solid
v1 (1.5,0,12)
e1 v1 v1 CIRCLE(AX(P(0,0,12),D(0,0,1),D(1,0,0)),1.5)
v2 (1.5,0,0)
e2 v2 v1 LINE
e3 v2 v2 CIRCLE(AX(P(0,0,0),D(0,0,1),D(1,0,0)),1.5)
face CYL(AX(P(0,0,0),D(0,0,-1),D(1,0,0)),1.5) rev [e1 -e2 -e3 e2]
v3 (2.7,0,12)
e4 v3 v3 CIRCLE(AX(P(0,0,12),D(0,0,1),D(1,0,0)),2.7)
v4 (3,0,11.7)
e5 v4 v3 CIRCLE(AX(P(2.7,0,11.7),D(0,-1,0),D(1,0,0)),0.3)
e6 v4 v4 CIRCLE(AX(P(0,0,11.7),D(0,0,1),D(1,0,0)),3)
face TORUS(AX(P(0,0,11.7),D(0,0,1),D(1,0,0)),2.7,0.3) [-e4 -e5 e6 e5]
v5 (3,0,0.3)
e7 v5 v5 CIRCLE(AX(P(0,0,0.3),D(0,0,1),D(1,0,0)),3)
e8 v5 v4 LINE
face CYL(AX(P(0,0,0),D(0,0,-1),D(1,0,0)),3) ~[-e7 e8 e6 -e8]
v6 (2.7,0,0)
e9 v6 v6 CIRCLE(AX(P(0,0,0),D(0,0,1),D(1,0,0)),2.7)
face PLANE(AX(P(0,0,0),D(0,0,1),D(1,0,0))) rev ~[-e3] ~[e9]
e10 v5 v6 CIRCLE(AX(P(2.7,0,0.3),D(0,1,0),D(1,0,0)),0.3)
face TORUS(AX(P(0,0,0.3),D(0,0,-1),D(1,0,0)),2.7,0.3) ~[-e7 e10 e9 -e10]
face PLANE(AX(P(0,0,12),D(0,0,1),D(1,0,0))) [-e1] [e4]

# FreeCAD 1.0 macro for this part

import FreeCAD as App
import Part
import Sketcher


def edges_at(feature, points):
    """Names of the edges that pass closest to the given points."""
    edges = feature.Shape.Edges
    near = lambda p: min(range(len(edges)), key=lambda i: edges[i].distToShape(Part.Vertex(*p))[0])
    return sorted({f"Edge{near(p) + 1}" for p in points})

doc = App.newDocument("Part")
body = doc.addObject("PartDesign::Body", "Body")

# Sketch on XY plane
sketch1 = body.newObject("Sketcher::SketchObject", "Sketch")
sketch1.AttachmentSupport = (doc.getObject("XY_Plane"), [""])
sketch1.MapMode = "FlatFace"
sketch1.addGeometry(Part.Circle(App.Vector(0, 0, 0), App.Vector(0, 0, 1), 3), False)
sketch1.addGeometry(Part.Circle(App.Vector(0, 0, 0), App.Vector(0, 0, 1), 1.5), False)
sketch1.addConstraint(Sketcher.Constraint("Coincident", 0, 3, -1, 1))
sketch1.addConstraint(Sketcher.Constraint("Coincident", 1, 3, -1, 1))
sketch1.addConstraint(Sketcher.Constraint("Diameter", 0, 6.0))
sketch1.addConstraint(Sketcher.Constraint("Diameter", 1, 3.0))
pad1 = body.newObject("PartDesign::Pad", "Pad")
pad1.Profile = sketch1
pad1.Length = 12
doc.recompute()

fillet = body.newObject("PartDesign::Fillet", "Fillet")
fillet.Base = (pad1, edges_at(pad1, [(-3, 0, 12), (-3, 0, 0)]))
fillet.Radius = 0.3

doc.recompute()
########################################
Exercise instructions:
Wherever a line in the entries above holds "TORUS", copy that line.

Reply:
face TORUS(AX(P(0,0,11.7),D(0,0,1),D(1,0,0)),2.7,0.3) [-e4 -e5 e6 e5]
face TORUS(AX(P(0,0,0.3),D(0,0,-1),D(1,0,0)),2.7,0.3) ~[-e7 e10 e9 -e10]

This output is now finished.